-------- DATA FOR ANALYSIS
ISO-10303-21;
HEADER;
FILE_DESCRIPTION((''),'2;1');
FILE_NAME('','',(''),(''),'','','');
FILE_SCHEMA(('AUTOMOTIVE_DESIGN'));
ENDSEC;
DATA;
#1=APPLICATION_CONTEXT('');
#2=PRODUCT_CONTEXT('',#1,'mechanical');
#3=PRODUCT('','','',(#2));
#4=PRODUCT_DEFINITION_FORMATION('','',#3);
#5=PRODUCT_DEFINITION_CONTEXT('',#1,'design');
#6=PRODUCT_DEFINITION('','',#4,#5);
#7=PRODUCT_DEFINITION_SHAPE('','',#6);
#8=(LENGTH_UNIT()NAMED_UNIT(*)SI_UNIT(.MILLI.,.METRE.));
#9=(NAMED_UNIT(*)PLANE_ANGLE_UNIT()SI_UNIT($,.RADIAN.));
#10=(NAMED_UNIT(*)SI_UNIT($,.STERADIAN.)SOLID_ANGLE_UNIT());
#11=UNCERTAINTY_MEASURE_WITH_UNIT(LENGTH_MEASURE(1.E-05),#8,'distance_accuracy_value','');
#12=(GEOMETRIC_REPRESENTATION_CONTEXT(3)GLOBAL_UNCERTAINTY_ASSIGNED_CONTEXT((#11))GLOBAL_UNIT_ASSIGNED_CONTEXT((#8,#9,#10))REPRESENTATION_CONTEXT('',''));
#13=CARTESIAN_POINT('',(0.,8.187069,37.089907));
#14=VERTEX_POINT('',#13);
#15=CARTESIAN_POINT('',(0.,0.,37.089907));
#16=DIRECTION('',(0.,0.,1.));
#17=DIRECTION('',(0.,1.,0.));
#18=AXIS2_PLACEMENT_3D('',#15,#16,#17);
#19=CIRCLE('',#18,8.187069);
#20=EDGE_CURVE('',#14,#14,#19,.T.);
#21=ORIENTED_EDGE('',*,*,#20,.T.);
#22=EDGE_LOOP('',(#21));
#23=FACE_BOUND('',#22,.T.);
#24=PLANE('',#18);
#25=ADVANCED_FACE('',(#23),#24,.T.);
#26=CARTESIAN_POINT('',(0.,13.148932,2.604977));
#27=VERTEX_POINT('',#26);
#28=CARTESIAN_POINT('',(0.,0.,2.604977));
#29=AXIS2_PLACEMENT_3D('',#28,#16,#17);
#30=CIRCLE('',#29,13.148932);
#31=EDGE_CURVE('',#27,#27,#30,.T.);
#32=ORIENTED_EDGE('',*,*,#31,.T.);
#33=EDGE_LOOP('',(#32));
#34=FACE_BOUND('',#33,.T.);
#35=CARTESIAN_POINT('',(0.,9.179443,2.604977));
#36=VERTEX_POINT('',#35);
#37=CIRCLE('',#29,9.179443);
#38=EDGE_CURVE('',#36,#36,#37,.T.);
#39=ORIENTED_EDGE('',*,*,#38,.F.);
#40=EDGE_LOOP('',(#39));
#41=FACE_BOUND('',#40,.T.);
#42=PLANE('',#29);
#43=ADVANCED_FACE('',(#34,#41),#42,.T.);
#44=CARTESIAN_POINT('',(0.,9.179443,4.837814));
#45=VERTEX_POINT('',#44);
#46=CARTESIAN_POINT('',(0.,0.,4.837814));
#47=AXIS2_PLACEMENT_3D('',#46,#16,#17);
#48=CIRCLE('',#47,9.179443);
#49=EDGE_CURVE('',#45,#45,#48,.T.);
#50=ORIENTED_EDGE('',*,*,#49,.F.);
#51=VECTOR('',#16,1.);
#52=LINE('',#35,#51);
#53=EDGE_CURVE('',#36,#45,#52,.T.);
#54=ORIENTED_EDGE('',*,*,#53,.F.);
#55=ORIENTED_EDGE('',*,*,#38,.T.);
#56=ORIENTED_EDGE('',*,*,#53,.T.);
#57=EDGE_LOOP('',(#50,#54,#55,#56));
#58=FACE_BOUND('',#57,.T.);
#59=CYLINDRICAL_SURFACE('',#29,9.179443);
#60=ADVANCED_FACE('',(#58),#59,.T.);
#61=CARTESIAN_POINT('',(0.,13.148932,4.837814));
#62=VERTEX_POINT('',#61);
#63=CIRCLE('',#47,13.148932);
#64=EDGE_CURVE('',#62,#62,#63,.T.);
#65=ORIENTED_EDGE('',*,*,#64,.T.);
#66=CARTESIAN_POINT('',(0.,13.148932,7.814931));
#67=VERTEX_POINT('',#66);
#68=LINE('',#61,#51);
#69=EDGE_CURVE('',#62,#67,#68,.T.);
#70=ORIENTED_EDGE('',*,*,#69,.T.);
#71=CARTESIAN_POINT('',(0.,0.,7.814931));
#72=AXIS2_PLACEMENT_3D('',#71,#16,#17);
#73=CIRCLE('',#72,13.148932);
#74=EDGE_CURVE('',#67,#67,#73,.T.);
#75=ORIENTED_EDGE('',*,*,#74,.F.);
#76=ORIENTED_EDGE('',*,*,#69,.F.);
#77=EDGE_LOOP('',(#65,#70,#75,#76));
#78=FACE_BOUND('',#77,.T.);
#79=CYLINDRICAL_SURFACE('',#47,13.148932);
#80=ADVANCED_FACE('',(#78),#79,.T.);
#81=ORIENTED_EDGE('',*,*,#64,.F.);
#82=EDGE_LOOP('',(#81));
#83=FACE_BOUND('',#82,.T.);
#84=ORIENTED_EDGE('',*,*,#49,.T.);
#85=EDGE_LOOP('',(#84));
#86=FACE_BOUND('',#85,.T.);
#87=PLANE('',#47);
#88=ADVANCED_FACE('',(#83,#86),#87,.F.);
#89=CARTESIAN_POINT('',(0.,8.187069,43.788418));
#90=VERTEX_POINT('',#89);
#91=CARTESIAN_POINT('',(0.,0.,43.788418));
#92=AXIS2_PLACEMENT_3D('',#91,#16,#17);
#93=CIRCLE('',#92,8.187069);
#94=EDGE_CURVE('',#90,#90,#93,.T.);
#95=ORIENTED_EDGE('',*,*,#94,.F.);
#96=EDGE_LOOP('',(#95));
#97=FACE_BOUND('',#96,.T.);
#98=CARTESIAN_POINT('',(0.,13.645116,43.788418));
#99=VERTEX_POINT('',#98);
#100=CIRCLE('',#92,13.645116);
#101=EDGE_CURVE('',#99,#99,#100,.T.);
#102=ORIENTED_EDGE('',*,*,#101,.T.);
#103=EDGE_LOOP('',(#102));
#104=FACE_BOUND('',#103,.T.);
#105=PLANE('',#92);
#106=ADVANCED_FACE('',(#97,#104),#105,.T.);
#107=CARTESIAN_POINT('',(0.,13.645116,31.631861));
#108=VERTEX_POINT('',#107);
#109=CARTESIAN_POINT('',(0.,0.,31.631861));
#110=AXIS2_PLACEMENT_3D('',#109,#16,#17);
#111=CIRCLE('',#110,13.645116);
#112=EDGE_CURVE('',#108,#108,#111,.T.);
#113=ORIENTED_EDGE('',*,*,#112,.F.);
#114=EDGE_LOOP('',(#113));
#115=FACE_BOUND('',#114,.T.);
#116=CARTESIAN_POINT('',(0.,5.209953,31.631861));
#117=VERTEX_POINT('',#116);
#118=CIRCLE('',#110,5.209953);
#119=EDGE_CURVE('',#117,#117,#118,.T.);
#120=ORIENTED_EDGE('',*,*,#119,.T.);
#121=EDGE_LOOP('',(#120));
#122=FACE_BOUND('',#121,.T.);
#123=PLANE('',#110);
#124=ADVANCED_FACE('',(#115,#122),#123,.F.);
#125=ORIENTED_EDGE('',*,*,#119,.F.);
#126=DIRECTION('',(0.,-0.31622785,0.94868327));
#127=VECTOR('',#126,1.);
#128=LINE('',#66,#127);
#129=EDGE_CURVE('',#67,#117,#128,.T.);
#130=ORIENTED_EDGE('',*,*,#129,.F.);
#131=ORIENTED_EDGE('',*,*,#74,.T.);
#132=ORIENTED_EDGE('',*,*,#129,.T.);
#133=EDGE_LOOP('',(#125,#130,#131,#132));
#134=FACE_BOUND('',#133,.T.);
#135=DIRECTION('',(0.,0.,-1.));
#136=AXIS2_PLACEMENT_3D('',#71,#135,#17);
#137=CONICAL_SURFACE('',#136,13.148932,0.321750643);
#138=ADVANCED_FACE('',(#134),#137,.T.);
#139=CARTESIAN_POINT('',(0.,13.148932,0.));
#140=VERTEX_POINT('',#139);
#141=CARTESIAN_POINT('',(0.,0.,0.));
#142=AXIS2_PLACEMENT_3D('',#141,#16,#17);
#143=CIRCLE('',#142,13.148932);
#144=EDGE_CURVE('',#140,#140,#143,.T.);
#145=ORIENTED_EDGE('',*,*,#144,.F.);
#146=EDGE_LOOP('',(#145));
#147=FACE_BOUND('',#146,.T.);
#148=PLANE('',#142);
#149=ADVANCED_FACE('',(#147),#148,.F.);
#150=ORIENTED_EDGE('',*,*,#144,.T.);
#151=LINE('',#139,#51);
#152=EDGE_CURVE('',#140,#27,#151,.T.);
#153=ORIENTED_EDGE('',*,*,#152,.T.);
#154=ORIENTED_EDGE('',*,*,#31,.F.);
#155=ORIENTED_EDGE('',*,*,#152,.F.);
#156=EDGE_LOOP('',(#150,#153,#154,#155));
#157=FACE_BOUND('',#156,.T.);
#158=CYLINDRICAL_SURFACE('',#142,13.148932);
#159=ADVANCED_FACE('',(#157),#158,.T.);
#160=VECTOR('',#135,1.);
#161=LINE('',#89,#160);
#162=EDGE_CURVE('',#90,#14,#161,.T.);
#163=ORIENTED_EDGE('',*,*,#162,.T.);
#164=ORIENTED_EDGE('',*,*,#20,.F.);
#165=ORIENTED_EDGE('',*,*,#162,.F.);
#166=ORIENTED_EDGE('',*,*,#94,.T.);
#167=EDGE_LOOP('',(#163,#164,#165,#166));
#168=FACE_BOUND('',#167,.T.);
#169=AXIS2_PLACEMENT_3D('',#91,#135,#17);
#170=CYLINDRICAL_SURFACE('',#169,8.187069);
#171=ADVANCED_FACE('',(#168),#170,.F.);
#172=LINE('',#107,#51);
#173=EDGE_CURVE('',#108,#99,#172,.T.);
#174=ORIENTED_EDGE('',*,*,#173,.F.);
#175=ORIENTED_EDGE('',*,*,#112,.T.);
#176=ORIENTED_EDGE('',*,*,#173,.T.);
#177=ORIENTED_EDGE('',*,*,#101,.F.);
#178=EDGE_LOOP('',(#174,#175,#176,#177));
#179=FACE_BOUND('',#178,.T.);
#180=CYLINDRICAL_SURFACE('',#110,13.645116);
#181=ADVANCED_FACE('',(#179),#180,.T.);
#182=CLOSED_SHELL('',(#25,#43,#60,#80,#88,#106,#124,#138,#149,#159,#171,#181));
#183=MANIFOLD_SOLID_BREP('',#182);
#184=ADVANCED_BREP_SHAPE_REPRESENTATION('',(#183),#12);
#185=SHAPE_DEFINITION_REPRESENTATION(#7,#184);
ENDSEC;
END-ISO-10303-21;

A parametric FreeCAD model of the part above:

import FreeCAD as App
import Part
import Sketcher
from FreeCAD import Vector


def add_polygon(sketch, points):
    """Adds a closed chain of lines whose ends are joined by coincident constraints."""
    first, n = sketch.GeometryCount, len(points)
    for a, b in zip(points, points[1:] + points[:1]):
        sketch.addGeometry(Part.LineSegment(App.Vector(*a, 0), App.Vector(*b, 0)), False)
    for i in range(n):
        sketch.addConstraint(Sketcher.Constraint("Coincident", first + i, 2, first + (i + 1) % n, 1))

doc = App.newDocument("Part")
body = doc.addObject("PartDesign::Body", "Body")

sketch1 = body.newObject("Sketcher::SketchObject", "Sketch")
sketch1.AttachmentSupport = (doc.getObject("YZ_Plane"), [""])
sketch1.MapMode = "FlatFace"
add_polygon(sketch1, [(0, 37.089907), (0, 0), (13.148932, 0), (13.148932, 2.604977), (9.179443, 2.604977), (9.179443, 4.837814), (13.148932, 4.837814), (13.148932, 7.814931), (5.209953, 31.631861), (13.645116, 31.631861), (13.645116, 43.788418), (8.187069, 43.788418), (8.187069, 37.089907)])
sketch1.addConstraint([
    Sketcher.Constraint("Vertical", 0),
    Sketcher.Constraint("Horizontal", 1),
    Sketcher.Constraint("Vertical", 2),
    Sketcher.Constraint("Horizontal", 3),
    Sketcher.Constraint("Vertical", 4),
    Sketcher.Constraint("Horizontal", 5),
    Sketcher.Constraint("Vertical", 6),
    Sketcher.Constraint("Horizontal", 8),
    Sketcher.Constraint("Vertical", 9),
    Sketcher.Constraint("Horizontal", 10),
    Sketcher.Constraint("Vertical", 11),
    Sketcher.Constraint("Horizontal", 12),
    Sketcher.Constraint("Coincident", 0, 2, -1, 1),
    Sketcher.Constraint("Vertical", 2, 2, 5, 2),
    Sketcher.Constraint("DistanceX", 3, 2, 3, 1, 3.969489),
    Sketcher.Constraint("DistanceX", 12, 2, 12, 1, 8.187069),
    Sketcher.Constraint("DistanceY", 11, 2, 11, 1, 6.698511),
    Sketcher.Constraint("Distance", 7, 25.105249),
    Sketcher.Constraint("DistanceX", 1, 1, 1, 2, 13.148932),
    Sketcher.Constraint("DistanceX", 8, 1, 8, 2, 8.435163),
    Sketcher.Constraint("DistanceX", 10, 2, 10, 1, 5.458047),
    Sketcher.Constraint("DistanceY", 0, 2, 0, 1, 37.089907),
    Sketcher.Constraint("DistanceY", 2, 1, 2, 2, 2.604977),
    Sketcher.Constraint("DistanceY", 4, 1, 4, 2, 2.232837),
    Sketcher.Constraint("DistanceY", 6, 1, 6, 2, 2.977117),
])
revolution = body.newObject("PartDesign::Revolution", "Revolution")
revolution.Profile = sketch1
revolution.ReferenceAxis = (sketch1, ["V_Axis"])
revolution.Angle = 360

doc.recompute()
----------------
# [WORK TO BE COMPLETED]
Above this instruction are the records; retype exactly the lines from the one containing "#78=FACE_BOUND('',#77,.T.);" up to and including the one containing "#85=EDGE_LOOP('',(#84));".

# [WRITTEN REPLY]
#78=FACE_BOUND('',#77,.T.);
#79=CYLINDRICAL_SURFACE('',#47,13.148932);
#80=ADVANCED_FACE('',(#78),#79,.T.);
#81=ORIENTED_EDGE('',*,*,#64,.F.);
#82=EDGE_LOOP('',(#81));
#83=FACE_BOUND('',#82,.T.);
#84=ORIENTED_EDGE('',*,*,#49,.T.);
#85=EDGE_LOOP('',(#84));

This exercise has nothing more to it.